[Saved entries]
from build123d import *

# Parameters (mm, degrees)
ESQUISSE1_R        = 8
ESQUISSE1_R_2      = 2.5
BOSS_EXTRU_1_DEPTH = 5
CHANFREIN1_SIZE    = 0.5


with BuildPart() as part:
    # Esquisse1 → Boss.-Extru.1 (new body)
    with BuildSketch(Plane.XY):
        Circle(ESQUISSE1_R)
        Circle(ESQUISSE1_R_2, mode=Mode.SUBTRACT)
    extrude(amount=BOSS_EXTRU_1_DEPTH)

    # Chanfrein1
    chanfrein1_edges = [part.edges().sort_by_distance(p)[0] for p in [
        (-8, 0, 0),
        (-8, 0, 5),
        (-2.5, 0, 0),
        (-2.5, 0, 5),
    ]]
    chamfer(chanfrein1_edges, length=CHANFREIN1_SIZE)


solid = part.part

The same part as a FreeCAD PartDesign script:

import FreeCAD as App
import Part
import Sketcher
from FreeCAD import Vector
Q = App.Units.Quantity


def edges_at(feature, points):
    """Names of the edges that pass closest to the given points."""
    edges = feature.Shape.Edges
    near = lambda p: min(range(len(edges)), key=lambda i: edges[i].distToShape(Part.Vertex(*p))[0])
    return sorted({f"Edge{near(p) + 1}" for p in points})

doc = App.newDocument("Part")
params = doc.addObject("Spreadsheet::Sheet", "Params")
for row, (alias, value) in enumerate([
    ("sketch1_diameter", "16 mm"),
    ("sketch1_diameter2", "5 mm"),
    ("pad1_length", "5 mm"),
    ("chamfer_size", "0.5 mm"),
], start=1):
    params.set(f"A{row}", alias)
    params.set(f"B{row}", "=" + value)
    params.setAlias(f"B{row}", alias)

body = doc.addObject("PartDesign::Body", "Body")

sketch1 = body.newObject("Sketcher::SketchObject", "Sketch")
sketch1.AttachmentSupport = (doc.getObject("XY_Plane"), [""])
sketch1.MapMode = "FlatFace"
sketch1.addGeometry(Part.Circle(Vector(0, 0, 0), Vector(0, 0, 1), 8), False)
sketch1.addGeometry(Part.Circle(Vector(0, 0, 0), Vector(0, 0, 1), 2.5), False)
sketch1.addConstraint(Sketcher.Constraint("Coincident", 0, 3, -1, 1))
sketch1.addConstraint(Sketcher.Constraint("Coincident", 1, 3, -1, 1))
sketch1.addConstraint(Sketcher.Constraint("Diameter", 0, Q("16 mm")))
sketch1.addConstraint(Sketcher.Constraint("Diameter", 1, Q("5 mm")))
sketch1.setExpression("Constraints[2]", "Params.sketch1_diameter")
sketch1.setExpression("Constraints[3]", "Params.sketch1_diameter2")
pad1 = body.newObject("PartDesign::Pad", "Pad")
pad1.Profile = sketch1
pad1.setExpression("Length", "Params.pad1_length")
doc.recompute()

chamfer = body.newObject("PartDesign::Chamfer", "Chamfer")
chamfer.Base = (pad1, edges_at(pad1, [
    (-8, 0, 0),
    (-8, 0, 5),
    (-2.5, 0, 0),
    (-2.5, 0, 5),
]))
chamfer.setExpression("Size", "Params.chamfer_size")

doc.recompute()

* * *

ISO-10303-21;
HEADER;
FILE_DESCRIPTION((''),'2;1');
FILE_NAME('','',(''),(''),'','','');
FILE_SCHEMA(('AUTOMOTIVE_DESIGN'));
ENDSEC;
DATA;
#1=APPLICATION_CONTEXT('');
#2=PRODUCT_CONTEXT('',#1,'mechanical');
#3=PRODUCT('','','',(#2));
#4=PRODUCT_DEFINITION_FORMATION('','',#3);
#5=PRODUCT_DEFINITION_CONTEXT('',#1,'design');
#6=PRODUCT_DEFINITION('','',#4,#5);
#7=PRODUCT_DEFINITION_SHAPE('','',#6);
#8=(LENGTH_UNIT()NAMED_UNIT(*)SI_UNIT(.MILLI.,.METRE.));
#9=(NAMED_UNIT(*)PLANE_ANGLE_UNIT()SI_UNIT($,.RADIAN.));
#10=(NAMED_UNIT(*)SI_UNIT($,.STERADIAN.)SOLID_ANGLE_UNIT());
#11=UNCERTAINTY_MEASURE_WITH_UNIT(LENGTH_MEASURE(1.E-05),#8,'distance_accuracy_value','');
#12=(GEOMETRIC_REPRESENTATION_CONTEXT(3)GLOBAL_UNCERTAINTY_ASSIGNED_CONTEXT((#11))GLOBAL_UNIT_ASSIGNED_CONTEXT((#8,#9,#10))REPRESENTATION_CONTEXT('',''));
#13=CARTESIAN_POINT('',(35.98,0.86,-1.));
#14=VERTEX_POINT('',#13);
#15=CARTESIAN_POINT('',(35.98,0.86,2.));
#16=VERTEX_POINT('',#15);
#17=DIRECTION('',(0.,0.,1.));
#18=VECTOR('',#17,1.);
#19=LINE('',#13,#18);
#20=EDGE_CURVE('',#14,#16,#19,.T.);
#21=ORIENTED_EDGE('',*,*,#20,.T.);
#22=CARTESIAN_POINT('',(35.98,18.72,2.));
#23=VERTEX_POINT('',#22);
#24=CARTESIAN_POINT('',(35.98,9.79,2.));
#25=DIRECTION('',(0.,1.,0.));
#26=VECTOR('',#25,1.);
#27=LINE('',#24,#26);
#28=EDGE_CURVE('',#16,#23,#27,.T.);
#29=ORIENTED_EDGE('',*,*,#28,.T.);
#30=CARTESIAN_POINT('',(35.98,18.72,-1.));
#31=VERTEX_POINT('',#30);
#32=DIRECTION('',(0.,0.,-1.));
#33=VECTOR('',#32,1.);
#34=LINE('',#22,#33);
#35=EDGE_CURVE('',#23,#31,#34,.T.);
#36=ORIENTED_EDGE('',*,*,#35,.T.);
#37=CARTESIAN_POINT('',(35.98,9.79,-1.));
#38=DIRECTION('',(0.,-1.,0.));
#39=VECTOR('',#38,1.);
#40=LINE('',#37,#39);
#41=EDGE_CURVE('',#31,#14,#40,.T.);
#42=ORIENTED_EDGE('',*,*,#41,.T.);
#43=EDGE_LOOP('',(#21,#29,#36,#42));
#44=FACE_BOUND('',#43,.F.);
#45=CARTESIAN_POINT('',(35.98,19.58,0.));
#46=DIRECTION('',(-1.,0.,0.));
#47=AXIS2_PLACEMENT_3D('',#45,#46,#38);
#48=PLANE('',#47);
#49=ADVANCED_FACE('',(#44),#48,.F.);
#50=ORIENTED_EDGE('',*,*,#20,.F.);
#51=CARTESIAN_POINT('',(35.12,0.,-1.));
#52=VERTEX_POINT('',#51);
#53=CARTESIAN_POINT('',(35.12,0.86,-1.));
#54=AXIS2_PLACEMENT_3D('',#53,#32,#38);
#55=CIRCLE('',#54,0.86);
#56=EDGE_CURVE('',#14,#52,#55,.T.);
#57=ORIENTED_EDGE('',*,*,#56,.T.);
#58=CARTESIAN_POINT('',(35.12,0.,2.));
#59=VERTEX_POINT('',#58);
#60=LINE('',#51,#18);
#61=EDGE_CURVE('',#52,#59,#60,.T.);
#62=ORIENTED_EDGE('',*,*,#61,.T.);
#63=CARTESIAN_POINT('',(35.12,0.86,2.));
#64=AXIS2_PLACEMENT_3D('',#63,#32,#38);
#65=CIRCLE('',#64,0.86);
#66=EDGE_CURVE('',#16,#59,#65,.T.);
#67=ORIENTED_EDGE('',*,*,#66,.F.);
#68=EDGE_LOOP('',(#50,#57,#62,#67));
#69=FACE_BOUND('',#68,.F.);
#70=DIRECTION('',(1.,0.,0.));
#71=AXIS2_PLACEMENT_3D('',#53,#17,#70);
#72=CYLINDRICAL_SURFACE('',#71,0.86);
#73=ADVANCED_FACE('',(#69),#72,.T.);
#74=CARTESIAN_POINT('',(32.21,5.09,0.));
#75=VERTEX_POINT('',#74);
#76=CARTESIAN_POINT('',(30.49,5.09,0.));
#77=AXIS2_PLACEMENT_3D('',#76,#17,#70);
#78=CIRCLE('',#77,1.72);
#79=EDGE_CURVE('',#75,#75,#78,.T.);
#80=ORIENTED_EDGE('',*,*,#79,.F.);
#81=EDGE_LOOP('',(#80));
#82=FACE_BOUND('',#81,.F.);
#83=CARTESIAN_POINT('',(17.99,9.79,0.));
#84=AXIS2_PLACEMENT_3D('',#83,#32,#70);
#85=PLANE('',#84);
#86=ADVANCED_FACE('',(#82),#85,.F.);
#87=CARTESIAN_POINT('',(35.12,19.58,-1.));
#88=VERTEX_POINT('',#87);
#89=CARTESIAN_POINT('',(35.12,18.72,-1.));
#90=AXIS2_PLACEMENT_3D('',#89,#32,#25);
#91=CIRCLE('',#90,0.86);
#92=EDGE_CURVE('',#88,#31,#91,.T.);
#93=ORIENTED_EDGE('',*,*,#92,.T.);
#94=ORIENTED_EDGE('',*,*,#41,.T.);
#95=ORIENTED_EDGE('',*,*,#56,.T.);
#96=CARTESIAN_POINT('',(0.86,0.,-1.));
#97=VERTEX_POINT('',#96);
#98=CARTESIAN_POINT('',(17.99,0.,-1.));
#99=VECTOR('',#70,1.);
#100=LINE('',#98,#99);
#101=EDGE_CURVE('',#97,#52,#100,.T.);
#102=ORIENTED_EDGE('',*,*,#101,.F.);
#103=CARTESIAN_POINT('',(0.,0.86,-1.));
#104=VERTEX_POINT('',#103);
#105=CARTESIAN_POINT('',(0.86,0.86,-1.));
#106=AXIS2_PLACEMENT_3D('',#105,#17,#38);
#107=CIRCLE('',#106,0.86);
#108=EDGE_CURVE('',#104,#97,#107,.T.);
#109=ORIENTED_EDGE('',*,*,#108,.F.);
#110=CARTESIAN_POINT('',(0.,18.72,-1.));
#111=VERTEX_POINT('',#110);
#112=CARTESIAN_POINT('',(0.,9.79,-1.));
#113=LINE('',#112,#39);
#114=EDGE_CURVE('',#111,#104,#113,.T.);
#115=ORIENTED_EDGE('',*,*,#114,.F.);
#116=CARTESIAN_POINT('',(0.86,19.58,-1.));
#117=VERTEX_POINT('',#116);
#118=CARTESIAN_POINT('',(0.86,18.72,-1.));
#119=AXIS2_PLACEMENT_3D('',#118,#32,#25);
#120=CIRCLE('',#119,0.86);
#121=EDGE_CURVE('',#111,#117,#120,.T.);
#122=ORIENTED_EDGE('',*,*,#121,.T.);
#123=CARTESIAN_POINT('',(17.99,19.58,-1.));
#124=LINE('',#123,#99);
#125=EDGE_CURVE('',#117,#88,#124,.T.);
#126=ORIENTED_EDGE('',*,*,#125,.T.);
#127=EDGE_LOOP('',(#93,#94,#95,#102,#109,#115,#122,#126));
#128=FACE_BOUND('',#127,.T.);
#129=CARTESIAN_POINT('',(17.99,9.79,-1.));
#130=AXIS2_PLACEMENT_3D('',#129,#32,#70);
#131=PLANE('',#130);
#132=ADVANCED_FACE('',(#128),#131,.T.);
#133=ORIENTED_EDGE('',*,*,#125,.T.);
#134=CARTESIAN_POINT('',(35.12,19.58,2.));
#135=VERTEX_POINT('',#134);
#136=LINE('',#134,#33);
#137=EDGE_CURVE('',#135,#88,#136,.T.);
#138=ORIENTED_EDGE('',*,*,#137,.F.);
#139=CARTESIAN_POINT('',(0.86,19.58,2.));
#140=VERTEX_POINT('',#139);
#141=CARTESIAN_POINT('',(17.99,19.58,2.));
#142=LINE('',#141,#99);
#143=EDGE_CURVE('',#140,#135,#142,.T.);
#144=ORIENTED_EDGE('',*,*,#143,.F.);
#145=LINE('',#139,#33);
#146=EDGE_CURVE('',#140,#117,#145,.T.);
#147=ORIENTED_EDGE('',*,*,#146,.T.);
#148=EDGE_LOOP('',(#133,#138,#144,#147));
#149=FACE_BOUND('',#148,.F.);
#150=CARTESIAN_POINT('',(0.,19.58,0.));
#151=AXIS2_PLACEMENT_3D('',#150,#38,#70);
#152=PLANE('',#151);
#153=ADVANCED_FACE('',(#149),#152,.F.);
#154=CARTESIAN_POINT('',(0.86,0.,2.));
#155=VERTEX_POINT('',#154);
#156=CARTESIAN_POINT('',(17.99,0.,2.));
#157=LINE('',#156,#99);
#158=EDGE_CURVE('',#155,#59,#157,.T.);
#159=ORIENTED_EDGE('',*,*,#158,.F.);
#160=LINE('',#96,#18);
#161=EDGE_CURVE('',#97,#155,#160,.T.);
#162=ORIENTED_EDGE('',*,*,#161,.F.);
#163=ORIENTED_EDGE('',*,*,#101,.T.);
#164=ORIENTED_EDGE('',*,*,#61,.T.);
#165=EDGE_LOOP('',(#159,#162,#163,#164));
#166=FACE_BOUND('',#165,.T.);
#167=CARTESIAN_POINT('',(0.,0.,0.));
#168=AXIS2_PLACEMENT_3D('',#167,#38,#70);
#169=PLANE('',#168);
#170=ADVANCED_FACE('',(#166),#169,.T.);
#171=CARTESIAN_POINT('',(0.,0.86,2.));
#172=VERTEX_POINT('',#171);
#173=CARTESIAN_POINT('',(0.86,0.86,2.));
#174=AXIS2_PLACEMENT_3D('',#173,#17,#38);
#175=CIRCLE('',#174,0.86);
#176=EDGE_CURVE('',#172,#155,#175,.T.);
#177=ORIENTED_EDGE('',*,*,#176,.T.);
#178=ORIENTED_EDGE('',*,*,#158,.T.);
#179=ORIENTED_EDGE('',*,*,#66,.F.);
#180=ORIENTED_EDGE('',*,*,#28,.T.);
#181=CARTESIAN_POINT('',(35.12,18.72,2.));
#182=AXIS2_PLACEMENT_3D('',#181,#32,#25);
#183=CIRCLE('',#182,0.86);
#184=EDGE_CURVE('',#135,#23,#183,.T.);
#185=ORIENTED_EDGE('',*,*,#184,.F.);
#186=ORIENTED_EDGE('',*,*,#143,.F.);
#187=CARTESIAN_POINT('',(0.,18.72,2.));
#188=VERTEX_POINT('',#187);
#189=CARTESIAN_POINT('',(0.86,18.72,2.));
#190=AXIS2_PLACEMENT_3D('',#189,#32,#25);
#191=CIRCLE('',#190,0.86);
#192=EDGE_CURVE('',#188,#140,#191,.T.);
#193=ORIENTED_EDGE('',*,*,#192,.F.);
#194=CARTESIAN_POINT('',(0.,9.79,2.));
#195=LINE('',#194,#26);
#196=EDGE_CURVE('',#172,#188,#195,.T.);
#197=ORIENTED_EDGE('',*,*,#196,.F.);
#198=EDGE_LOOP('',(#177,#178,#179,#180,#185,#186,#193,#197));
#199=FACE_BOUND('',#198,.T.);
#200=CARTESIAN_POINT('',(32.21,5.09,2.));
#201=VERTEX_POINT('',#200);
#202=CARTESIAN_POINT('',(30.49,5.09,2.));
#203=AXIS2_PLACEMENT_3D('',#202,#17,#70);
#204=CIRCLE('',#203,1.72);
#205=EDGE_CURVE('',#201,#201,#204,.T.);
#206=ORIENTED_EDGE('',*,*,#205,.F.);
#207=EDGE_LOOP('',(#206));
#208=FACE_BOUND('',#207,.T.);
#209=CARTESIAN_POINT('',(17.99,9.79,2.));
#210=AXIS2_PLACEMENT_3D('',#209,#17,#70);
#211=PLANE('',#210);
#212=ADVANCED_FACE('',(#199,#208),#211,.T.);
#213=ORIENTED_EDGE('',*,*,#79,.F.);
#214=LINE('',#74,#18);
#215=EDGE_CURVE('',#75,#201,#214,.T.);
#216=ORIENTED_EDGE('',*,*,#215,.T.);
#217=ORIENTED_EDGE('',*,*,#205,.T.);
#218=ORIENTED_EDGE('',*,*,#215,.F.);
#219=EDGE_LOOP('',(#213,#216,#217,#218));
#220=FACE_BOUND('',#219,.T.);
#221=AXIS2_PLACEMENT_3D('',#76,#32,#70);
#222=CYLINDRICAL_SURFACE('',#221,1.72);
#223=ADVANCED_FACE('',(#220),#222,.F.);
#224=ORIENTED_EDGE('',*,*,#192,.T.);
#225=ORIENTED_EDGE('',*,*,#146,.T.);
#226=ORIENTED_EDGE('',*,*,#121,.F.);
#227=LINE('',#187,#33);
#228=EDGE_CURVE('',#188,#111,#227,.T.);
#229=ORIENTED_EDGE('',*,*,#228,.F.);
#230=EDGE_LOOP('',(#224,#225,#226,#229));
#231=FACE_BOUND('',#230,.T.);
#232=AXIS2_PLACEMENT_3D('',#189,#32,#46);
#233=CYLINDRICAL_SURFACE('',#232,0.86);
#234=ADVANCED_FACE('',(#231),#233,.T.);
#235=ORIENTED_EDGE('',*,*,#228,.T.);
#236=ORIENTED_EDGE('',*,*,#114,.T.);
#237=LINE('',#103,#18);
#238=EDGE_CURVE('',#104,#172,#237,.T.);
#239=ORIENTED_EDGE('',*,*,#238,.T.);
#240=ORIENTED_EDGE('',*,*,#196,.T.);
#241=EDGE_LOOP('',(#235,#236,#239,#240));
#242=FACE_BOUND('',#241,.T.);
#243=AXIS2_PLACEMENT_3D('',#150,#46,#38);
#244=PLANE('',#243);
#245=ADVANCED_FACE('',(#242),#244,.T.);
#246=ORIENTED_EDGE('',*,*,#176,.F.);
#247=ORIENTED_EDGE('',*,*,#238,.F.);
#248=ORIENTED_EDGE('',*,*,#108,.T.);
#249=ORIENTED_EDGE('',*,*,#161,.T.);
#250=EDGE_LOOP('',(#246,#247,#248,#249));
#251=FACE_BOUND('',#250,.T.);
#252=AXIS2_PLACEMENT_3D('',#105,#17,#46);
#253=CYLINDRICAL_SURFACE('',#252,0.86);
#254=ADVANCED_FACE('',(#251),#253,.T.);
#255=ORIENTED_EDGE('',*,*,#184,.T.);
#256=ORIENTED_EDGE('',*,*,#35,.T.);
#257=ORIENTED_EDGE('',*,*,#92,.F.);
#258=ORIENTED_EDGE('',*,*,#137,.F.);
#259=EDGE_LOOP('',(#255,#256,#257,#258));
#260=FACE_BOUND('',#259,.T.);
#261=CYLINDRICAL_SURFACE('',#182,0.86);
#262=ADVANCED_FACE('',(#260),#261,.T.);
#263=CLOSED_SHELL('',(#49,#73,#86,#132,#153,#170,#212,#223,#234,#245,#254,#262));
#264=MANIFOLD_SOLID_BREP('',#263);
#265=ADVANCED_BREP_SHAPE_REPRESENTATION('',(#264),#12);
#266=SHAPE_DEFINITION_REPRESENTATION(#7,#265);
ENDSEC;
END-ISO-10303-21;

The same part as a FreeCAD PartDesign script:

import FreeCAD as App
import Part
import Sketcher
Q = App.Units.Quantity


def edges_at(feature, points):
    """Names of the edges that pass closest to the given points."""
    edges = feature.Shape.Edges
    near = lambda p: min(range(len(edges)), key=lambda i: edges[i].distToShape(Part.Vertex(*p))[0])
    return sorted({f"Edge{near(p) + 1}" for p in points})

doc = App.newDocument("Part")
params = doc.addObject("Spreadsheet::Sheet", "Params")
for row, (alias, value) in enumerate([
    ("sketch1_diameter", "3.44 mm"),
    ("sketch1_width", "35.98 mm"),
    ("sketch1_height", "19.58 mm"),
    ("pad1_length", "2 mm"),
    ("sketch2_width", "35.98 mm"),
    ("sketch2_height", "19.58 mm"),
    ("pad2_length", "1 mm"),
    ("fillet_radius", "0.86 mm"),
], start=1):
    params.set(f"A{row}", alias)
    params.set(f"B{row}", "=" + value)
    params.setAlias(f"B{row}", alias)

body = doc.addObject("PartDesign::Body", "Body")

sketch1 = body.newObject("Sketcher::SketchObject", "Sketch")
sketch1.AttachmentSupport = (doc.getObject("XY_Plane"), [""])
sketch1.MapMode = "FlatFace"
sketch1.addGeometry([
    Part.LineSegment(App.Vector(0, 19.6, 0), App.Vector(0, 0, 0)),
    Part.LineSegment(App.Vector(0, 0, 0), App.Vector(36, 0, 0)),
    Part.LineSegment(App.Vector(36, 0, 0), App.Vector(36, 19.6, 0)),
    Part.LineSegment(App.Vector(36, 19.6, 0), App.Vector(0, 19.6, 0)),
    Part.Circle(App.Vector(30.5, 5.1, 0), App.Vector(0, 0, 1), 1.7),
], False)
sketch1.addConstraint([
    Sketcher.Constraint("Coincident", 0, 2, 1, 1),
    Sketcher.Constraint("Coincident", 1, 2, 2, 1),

> Action item
Using the data above, repeat exactly the lines that begin at the line with "#22=CARTESIAN_POINT('',(35.98,18.72,2.));" and end at the line with "#46=DIRECTION('',(-1.,0.,0.));", both ends included.

> Response to the task
#22=CARTESIAN_POINT('',(35.98,18.72,2.));
#23=VERTEX_POINT('',#22);
#24=CARTESIAN_POINT('',(35.98,9.79,2.));
#25=DIRECTION('',(0.,1.,0.));
#26=VECTOR('',#25,1.);
#27=LINE('',#24,#26);
#28=EDGE_CURVE('',#16,#23,#27,.T.);
#29=ORIENTED_EDGE('',*,*,#28,.T.);
#30=CARTESIAN_POINT('',(35.98,18.72,-1.));
#31=VERTEX_POINT('',#30);
#32=DIRECTION('',(0.,0.,-1.));
#33=VECTOR('',#32,1.);
#34=LINE('',#22,#33);
#35=EDGE_CURVE('',#23,#31,#34,.T.);
#36=ORIENTED_EDGE('',*,*,#35,.T.);
#37=CARTESIAN_POINT('',(35.98,9.79,-1.));
#38=DIRECTION('',(0.,-1.,0.));
#39=VECTOR('',#38,1.);
#40=LINE('',#37,#39);
#41=EDGE_CURVE('',#31,#14,#40,.T.);
#42=ORIENTED_EDGE('',*,*,#41,.T.);
#43=EDGE_LOOP('',(#21,#29,#36,#42));
#44=FACE_BOUND('',#43,.F.);
#45=CARTESIAN_POINT('',(35.98,19.58,0.));
#46=DIRECTION('',(-1.,0.,0.));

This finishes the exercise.